■ Directions for this task: Across the records below, how many lines include the string "through"? State the number and nothing more.

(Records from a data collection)
-- Opening Marker --
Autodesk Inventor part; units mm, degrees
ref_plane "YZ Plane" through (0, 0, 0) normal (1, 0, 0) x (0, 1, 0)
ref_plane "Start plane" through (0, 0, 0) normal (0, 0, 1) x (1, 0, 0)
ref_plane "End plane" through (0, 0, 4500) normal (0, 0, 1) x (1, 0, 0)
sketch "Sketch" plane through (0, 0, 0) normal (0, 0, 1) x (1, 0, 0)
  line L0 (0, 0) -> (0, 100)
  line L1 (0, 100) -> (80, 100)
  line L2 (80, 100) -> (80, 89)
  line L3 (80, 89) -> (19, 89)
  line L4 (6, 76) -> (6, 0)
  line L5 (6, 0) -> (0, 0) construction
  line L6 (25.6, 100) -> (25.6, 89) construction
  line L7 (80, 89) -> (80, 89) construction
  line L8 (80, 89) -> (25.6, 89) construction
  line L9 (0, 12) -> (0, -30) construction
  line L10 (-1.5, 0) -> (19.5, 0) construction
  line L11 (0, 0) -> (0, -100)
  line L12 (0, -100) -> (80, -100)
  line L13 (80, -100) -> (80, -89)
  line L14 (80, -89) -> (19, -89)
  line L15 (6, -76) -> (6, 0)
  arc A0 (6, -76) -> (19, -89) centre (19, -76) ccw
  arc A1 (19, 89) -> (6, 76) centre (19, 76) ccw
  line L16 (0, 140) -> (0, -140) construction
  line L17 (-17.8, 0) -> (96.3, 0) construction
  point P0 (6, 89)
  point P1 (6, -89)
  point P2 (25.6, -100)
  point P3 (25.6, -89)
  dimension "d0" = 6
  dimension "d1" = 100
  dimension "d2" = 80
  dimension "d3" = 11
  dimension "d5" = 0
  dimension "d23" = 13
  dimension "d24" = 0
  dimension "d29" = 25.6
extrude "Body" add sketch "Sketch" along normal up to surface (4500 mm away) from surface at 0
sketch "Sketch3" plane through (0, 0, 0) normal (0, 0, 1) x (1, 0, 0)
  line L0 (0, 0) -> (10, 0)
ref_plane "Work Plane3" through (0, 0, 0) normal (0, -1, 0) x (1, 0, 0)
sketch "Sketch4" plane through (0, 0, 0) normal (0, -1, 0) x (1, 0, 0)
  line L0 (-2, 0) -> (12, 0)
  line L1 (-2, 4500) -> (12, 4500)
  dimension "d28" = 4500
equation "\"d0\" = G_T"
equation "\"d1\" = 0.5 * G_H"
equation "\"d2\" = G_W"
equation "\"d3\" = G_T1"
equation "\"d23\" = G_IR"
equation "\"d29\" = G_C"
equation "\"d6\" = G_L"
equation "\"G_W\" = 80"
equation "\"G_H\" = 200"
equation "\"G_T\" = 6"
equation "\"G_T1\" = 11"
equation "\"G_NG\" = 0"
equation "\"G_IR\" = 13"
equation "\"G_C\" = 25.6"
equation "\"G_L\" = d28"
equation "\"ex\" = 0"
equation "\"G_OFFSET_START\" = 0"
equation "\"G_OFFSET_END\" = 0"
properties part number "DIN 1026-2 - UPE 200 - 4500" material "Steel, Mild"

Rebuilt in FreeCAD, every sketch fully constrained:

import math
import FreeCAD as App
import Part
import Sketcher

V = App.Vector
Q = App.Units.Quantity

doc = App.newDocument("Part")
body = doc.addObject("PartDesign::Body", "Body")

# Sketch on XY plane
sketch1 = doc.addObject("Sketcher::SketchObject", "Sketch")
body.addObject(sketch1)
sketch1.AttachmentSupport = (doc.XY_Plane, [""])
sketch1.MapMode = "FlatFace"
sketch1.addGeometry([
    Part.LineSegment(V(0, 100, 0), V(0, -100, 0)),  # 0
    Part.LineSegment(V(0, -100, 0), V(80, -100, 0)),  # 1
    Part.LineSegment(V(80, -100, 0), V(80, -89, 0)),  # 2
    Part.LineSegment(V(80, -89, 0), V(19, -89, 0)),  # 3
    Part.ArcOfCircle(Part.Circle(V(19, -76, 0), V(0, 0, 1), 13), math.radians(180), math.radians(270)),  # 4
    Part.LineSegment(V(6, -76, 0), V(6, 76, 0)),  # 5
    Part.ArcOfCircle(Part.Circle(V(19, 76, 0), V(0, 0, 1), 13), math.radians(90), math.radians(180)),  # 6
    Part.LineSegment(V(19, 89, 0), V(80, 89, 0)),  # 7
    Part.LineSegment(V(80, 89, 0), V(80, 100, 0)),  # 8
    Part.LineSegment(V(80, 100, 0), V(0, 100, 0)),  # 9
], False)
sketch1.addConstraint([
    Sketcher.Constraint("Coincident", 0, 2, 1, 1),
    Sketcher.Constraint("Coincident", 1, 2, 2, 1),
    Sketcher.Constraint("Coincident", 2, 2, 3, 1),
    Sketcher.Constraint("Tangent", 3, 2, 4, 2),
    Sketcher.Constraint("Tangent", 4, 1, 5, 1),
    Sketcher.Constraint("Tangent", 5, 2, 6, 2),
    Sketcher.Constraint("Tangent", 6, 1, 7, 1),
    Sketcher.Constraint("Coincident", 7, 2, 8, 1),
    Sketcher.Constraint("Coincident", 8, 2, 9, 1),
    Sketcher.Constraint("Coincident", 9, 2, 0, 1),
    Sketcher.Constraint("Vertical", 0),
    Sketcher.Constraint("Horizontal", 1),
    Sketcher.Constraint("Vertical", 2),
    Sketcher.Constraint("Horizontal", 3),
    Sketcher.Constraint("Vertical", 5),
    Sketcher.Constraint("Horizontal", 7),
    Sketcher.Constraint("Vertical", 8),
    Sketcher.Constraint("Horizontal", 9),
    Sketcher.Constraint("Equal", 4, 6),
    Sketcher.Constraint("Symmetric", 0, 2, 9, 2, -1, 1),
    Sketcher.Constraint("Symmetric", 2, 2, 7, 2, -1),
    Sketcher.Constraint("Radius", 4, Q("13 mm")),
    Sketcher.Constraint("DistanceX", 1, 1, 1, 2, Q("80 mm")),
    Sketcher.Constraint("DistanceY", 2, 1, 2, 2, Q("11 mm")),
    Sketcher.Constraint("DistanceY", 0, 2, -1, 1, Q("100 mm")),
    Sketcher.Constraint("DistanceX", -1, 1, 4, 1, Q("6 mm")),
])
pad1 = doc.addObject("PartDesign::Pad", "Pad")
body.addObject(pad1)
pad1.Profile = sketch1
pad1.Length = 4500

doc.recompute()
-- Closing Marker --
■ Exercise solution: 7